Whether you plan to make a big purchase or take out a loan in the future, now is the time to think about it and understand your credit scores. Many people, especially those who have had little need for loans, may not think about their credit score and don’t realize they should be considering it until the time comes when they need access to good credit.
This is the time to think about your credit score, as you can make positive lifestyle choices and raise your score to prepare for a loan.
Why is a good credit score important?
A credit score is a number used by lenders to determine a person’s creditworthiness. A person with an excellent credit score can receive loans, such as a car loan, at better interest rates than someone with a lower credit score. Other factors also affect the rate, including the type of collateral you use to secure your loan and the loan-to-appraised value ratio determined on your application. Having a lower interest rate means you pay less over the life of the loan. In addition, a person with a low or no credit score may be denied a loan because they have no or low credit score.

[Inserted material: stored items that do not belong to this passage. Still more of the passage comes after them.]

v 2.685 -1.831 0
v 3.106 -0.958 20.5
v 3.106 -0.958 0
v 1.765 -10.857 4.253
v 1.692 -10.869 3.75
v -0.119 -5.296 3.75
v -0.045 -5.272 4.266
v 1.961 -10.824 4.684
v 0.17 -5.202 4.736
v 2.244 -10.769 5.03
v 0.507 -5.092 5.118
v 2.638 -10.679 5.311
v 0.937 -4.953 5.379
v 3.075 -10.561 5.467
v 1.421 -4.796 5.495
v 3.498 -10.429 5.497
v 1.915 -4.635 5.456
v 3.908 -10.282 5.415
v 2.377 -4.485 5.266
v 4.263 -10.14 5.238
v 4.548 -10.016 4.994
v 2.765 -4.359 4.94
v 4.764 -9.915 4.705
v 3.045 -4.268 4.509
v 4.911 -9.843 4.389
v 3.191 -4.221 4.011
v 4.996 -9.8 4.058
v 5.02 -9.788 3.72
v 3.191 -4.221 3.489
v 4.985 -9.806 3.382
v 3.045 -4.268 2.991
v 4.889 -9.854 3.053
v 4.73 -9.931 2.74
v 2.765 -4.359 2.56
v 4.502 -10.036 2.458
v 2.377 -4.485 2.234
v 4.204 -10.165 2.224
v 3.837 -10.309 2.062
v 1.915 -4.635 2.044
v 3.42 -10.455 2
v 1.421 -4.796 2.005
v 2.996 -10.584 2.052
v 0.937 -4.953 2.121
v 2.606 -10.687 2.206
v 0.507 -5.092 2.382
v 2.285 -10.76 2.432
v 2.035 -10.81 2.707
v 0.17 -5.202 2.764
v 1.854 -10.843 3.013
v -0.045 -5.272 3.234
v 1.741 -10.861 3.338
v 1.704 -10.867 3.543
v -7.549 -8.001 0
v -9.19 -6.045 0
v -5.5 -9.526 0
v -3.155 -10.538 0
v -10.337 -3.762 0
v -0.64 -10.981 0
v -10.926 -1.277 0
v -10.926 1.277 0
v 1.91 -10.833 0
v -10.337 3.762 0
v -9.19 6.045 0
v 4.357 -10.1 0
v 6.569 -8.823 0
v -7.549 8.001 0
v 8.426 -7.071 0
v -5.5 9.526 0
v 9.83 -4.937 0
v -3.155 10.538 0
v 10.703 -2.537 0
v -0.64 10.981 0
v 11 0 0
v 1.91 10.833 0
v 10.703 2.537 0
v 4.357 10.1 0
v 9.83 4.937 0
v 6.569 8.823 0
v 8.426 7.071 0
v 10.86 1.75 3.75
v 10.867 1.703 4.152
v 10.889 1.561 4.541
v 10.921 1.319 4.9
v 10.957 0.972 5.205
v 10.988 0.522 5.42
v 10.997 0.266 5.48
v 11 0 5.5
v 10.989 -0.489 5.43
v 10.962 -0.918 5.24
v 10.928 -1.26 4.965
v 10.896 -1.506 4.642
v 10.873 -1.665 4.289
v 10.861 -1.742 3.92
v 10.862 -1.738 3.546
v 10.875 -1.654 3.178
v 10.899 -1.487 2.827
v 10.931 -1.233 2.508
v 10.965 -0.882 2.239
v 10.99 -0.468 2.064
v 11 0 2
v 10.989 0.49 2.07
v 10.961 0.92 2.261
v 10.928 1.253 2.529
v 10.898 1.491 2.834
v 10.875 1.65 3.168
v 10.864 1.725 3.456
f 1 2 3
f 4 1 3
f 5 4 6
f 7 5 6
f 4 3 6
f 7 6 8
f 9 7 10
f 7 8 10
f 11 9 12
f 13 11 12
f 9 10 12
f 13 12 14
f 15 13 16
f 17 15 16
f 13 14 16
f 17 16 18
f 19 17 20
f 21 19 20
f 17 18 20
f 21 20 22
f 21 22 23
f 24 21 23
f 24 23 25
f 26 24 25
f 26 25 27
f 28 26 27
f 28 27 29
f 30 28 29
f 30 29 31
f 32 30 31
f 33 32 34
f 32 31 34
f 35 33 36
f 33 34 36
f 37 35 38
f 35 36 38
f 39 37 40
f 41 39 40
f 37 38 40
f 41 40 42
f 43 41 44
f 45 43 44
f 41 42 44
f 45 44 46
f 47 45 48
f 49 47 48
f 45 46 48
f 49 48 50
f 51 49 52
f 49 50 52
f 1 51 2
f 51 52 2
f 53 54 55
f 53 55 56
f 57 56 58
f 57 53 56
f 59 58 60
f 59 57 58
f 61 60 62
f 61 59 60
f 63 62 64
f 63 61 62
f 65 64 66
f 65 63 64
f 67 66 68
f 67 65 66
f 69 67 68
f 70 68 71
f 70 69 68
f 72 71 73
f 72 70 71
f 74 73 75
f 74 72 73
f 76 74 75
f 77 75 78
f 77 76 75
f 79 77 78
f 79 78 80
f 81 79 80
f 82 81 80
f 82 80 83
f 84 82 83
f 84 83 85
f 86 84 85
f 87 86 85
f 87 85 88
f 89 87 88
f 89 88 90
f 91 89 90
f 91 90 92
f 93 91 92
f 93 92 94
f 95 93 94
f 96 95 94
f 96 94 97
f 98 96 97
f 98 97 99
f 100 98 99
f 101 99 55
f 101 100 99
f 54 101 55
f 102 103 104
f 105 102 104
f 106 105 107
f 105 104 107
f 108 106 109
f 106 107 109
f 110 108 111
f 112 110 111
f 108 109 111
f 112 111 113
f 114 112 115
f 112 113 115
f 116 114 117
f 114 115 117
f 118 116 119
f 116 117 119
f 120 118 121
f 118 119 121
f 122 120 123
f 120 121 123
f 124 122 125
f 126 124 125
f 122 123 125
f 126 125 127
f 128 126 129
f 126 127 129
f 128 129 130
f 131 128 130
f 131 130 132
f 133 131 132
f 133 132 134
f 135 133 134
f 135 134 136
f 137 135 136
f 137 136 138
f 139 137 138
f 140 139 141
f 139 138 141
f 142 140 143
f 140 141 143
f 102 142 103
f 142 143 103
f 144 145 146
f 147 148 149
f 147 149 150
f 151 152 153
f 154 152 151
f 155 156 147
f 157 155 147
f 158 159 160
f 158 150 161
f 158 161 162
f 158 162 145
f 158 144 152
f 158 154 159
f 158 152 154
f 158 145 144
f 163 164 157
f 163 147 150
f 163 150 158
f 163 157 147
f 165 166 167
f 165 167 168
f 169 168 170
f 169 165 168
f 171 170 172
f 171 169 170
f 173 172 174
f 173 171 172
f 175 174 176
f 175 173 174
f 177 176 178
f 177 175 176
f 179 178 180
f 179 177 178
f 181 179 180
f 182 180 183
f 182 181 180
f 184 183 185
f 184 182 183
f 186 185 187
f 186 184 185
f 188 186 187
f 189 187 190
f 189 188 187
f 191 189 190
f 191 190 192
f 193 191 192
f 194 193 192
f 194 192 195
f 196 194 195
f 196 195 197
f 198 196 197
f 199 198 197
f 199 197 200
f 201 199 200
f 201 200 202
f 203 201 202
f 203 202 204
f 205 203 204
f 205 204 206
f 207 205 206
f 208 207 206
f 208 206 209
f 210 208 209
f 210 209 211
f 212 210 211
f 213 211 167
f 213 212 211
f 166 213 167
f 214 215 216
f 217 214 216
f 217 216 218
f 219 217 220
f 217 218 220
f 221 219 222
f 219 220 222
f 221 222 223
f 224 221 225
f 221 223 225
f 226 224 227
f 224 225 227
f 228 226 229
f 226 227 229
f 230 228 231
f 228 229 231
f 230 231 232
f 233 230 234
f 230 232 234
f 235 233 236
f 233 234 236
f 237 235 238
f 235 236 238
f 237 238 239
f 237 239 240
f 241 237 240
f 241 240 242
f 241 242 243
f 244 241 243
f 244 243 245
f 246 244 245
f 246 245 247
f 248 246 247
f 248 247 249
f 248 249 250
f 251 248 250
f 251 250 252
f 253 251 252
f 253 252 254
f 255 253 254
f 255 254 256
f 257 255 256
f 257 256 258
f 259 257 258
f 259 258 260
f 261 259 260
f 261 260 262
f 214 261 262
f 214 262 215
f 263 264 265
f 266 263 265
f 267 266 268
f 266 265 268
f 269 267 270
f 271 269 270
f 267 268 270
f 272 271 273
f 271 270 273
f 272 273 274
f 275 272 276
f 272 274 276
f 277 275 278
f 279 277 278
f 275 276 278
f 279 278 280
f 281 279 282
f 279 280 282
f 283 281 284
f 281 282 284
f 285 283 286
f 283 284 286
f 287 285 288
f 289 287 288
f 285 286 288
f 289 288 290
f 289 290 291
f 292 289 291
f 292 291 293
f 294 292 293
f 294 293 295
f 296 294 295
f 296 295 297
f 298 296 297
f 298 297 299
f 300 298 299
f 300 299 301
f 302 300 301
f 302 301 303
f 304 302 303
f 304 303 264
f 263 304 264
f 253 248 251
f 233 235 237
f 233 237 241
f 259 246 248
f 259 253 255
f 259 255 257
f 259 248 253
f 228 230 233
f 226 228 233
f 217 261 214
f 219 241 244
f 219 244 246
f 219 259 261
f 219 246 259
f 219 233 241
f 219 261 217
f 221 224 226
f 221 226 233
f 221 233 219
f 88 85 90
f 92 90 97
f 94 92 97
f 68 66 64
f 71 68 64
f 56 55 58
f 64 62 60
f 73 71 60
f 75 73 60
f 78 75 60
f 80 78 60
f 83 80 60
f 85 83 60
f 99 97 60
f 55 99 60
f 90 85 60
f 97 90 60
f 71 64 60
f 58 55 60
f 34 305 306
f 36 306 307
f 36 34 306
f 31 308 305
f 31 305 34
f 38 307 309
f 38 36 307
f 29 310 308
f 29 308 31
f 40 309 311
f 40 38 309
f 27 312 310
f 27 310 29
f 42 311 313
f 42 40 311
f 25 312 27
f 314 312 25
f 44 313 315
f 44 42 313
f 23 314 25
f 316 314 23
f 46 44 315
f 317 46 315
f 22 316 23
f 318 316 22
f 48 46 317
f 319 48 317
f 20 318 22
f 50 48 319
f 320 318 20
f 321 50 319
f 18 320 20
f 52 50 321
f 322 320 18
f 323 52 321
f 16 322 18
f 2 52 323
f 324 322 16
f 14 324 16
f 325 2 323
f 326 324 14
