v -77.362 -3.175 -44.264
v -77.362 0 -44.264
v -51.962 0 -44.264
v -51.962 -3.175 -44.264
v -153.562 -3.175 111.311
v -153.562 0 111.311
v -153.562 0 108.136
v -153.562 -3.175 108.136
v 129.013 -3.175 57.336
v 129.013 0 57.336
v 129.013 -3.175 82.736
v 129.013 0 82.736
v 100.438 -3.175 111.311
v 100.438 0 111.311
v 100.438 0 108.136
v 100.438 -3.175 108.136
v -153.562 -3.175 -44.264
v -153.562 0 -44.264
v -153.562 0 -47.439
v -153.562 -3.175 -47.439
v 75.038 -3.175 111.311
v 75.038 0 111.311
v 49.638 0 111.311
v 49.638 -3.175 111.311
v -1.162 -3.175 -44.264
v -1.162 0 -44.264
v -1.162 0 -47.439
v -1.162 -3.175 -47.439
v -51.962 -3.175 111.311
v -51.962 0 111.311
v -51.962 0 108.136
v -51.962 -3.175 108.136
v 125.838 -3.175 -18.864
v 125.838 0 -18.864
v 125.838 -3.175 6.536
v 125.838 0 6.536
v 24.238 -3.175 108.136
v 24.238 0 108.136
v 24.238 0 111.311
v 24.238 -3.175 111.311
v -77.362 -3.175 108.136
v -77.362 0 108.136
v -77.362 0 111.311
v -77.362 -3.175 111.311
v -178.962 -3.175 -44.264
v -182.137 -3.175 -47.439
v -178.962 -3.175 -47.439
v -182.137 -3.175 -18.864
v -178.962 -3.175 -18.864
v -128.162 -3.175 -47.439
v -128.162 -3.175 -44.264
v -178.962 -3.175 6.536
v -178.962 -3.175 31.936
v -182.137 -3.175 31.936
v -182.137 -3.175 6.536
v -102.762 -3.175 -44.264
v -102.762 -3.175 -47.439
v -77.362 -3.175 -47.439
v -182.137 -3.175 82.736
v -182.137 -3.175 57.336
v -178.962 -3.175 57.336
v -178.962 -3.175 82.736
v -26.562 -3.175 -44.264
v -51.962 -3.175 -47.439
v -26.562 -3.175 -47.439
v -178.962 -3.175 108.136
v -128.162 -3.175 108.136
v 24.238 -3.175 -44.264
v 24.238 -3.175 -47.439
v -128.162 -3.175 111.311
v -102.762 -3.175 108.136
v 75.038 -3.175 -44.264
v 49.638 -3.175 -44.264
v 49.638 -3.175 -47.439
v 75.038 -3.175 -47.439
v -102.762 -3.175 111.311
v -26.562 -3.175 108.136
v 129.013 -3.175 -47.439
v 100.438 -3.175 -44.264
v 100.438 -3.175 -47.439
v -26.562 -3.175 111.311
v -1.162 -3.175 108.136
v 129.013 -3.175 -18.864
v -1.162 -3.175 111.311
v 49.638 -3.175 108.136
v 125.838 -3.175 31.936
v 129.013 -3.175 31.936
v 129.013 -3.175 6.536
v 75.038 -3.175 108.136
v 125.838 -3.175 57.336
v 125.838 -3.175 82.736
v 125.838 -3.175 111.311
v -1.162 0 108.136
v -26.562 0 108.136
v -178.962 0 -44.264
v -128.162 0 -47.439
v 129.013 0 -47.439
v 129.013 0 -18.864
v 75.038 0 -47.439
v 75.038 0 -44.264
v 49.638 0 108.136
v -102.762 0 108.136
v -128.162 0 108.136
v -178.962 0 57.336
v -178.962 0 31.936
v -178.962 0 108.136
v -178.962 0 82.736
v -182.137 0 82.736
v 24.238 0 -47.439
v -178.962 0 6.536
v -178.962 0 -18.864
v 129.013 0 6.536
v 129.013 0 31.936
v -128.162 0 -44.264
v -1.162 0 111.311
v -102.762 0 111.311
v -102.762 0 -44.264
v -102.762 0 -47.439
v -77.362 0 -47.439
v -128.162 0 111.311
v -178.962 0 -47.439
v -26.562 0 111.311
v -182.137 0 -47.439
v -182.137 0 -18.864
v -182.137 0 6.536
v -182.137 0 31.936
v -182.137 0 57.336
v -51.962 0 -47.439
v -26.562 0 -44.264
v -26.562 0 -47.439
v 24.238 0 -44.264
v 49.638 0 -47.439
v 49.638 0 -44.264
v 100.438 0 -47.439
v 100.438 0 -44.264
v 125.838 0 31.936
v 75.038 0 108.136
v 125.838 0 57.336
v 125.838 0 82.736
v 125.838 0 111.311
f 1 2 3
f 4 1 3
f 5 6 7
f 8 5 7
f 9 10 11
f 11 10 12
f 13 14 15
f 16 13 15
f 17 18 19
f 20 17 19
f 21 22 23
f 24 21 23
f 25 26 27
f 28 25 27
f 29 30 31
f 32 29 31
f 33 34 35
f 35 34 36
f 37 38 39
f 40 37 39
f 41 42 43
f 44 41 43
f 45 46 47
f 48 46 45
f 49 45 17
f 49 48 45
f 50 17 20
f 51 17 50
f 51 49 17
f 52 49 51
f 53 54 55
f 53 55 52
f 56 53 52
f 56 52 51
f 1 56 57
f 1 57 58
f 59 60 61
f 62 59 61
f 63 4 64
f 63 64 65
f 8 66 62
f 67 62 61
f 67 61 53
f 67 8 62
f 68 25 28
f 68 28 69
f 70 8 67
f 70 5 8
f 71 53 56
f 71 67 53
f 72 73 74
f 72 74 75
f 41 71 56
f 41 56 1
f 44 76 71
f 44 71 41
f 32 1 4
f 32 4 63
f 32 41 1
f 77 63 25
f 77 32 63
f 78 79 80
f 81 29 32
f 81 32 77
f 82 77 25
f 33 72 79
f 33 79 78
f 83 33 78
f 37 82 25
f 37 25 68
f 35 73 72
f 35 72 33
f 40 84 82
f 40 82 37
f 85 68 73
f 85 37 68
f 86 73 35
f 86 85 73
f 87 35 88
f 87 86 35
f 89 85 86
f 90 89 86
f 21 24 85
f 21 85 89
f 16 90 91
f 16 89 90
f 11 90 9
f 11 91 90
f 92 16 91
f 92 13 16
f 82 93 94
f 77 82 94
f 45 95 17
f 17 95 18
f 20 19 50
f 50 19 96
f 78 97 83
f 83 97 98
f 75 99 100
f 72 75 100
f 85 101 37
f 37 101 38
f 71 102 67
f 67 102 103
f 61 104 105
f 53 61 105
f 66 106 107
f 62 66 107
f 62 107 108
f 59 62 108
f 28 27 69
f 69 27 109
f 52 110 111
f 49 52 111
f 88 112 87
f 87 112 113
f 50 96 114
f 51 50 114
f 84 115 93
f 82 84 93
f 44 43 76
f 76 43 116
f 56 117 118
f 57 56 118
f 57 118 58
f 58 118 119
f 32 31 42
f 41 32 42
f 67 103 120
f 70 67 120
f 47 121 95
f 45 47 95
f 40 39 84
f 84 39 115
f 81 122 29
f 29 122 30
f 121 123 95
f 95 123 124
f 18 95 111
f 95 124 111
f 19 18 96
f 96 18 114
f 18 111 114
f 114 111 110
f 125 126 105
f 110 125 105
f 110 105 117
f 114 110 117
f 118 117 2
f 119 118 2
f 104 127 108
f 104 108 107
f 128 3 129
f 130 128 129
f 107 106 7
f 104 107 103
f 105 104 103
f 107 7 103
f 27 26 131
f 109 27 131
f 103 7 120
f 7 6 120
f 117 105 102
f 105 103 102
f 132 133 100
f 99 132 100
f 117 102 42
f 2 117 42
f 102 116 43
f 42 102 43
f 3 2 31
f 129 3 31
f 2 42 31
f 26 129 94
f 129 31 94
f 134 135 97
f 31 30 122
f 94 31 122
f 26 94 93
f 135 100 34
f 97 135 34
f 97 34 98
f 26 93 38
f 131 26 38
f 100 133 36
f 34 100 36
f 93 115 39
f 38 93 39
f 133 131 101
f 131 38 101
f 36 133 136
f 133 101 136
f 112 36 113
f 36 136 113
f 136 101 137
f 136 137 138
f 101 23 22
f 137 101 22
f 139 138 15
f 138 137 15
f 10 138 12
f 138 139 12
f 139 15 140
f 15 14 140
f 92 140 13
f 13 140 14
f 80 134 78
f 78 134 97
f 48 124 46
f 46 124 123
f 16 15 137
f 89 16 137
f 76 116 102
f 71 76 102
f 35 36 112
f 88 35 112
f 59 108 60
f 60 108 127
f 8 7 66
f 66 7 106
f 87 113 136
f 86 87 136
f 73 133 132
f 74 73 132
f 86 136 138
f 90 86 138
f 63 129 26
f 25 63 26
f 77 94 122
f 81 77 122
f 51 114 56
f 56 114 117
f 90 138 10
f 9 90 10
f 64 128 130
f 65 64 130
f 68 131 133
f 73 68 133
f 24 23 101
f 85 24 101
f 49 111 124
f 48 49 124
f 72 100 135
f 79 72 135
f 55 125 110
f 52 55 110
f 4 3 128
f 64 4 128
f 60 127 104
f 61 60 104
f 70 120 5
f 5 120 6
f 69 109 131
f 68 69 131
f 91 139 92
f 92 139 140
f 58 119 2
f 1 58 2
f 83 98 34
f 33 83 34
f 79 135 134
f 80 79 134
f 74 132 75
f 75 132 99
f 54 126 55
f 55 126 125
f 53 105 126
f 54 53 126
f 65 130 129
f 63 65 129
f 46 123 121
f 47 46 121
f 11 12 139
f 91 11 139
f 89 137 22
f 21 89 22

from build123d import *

# Parameters (mm, degrees)
F1_DEPTH = 3.175


# Not quite as in the source:
# - a length typed as a fraction of an inch, garbled in the dataset ("3 / 203.2 mm" for 3/8 in), is restored


with BuildPart() as f1:
    # F0 (on Front) → F1 (new body)
    with BuildSketch(Plane.XZ):
        Polygon((-178.9622853069, -44.2643848114), (-153.5622853069, -44.2643848114), (-153.5622853069, -47.4393848114), (-128.1622853069, -47.4393848114), (-128.1622853069, -44.2643848114), (-102.7622853069, -44.2643848114), (-102.7622853069, -47.4393848114), (-77.3622853069, -47.4393848114), (-77.3622853069, -44.2643848114), (-51.9622853069, -44.2643848114), (-51.9622853069, -47.4393848114), (-26.5622853069, -47.4393848114), (-26.5622853069, -44.2643848114), (-26.5622853069, 108.1356151886), (-26.5622853069, 111.3106151886), (-51.9622853069, 111.3106151886), (-51.9622853069, 108.1356151886), (-77.3622853069, 108.1356151886), (-77.3622853069, 111.3106151886), (-102.7622853069, 111.3106151886), (-102.7622853069, 108.1356151886), (-128.1622853069, 108.1356151886), (-128.1622853069, 111.3106151886), (-153.5622853069, 111.3106151886), (-153.5622853069, 108.1356151886), (-178.9622853069, 108.1356151886), (-178.9622853069, 82.7356151886), (-182.1372853069, 82.7356151886), (-182.1372853069, 57.3356151886), (-178.9622853069, 57.3356151886), (-178.9622853069, 31.9356151886), (-182.1372853069, 31.9356151886), (-182.1372853069, 6.5356151886), (-178.9622853069, 6.5356151886), (-178.9622853069, -18.8643848114), (-182.1372853069, -18.8643848114), (-182.1372853069, -44.2643848114), (-182.1372853069, -47.4393848114), (-178.9622853069, -47.4393848114), align=None)
        Polygon((-26.5622853069, 108.1356151886), (-26.5622853069, -44.2643848114), (-1.1622853069, -44.2643848114), (-1.1622853069, -47.4393848114), (24.2377146931, -47.4393848114), (24.2377146931, -44.2643848114), (49.6377146931, -44.2643848114), (49.6377146931, -47.4393848114), (75.0377146931, -47.4393848114), (75.0377146931, -44.2643848114), (100.4377146931, -44.2643848114), (100.4377146931, -47.4393848114), (125.8377146931, -47.4393848114), (129.0127146931, -47.4393848114), (129.0127146931, -44.2643848114), (129.0127146931, -18.8643848114), (125.8377146931, -18.8643848114), (125.8377146931, 6.5356151886), (129.0127146931, 6.5356151886), (129.0127146931, 31.9356151886), (125.8377146931, 31.9356151886), (125.8377146931, 57.3356151886), (129.0127146931, 57.3356151886), (129.0127146931, 82.7356151886), (125.8377146931, 82.7356151886), (125.8377146931, 108.1356151886), (125.8377146931, 111.3106151886), (100.4377146931, 111.3106151886), (100.4377146931, 108.1356151886), (75.0377146931, 108.1356151886), (75.0377146931, 111.3106151886), (49.6377146931, 111.3106151886), (49.6377146931, 108.1356151886), (24.2377146931, 108.1356151886), (24.2377146931, 111.3106151886), (-1.1622853069, 111.3106151886), (-1.1622853069, 108.1356151886), align=None)
    extrude(amount=F1_DEPTH)


solid = f1.part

Credit scores are also used in other ways. Some property managers and landlords conduct credit checks on applicants to determine if it’s worth renting an apartment or house to them, because the score tells them how likely tenants are to make payments on time. People with poor credit scores may also have to pay higher security deposits to rent houses, and this works as an incentive to make payments on time.
Utility companies can check the credit scores of new customers; if they detect a poor payment history, they can also request that the customer pay a higher deposit. While employees cannot access your credit score, they can request access to your credit report to see if it contains negative scores.
Newcomers to the workforce and those who need to rent an apartment or buy a car for the first time may want to make sure their credit score is the best it can be.
What is a good credit score?
There is no magic number for a good credit score. Generally speaking, to get the best interest rates, people should have a score of more than 750; a rating between 700 and 749 is also considered good. Acceptable credit generally ranges from a score of 650 to 659. Applicants for credit or loans with “poor” credit scores may not receive credit authorization based on their scores alone.
What affects your credit score?
While each of the three major national credit reporting agencies has its own algorithm for determining credit scores, they all use much the same data, including:
- On-time payment history
- Percentage of available credit used
- Number of credit sources with balances
- Credit History Time Period
- Types of credit used (including renewal, mortgage, consumer financing, and installments)
- Number of inquiries per credit
Each of the six factors above impacts your credit score differently. While your payment history accounts for 35% of your FICO Score, the length of your credit history only affects 15% of your score. Your credit utilization is 30% of your score, and the combination of credits and the age of your credit accounts are each 10%.
When it comes to raising your score, these factors will tell you where to start to see improvement. If possible, start working on improving the factors that carry the most weight. If you’ve skipped credit card or loan payments, for example, starting to pay them on time on a regular basis can improve your score.
It’s important for newcomers to the credit scene to understand how it works and why it’s important to get a good credit score. Taking your credit score seriously can save you money, both in the short and long term.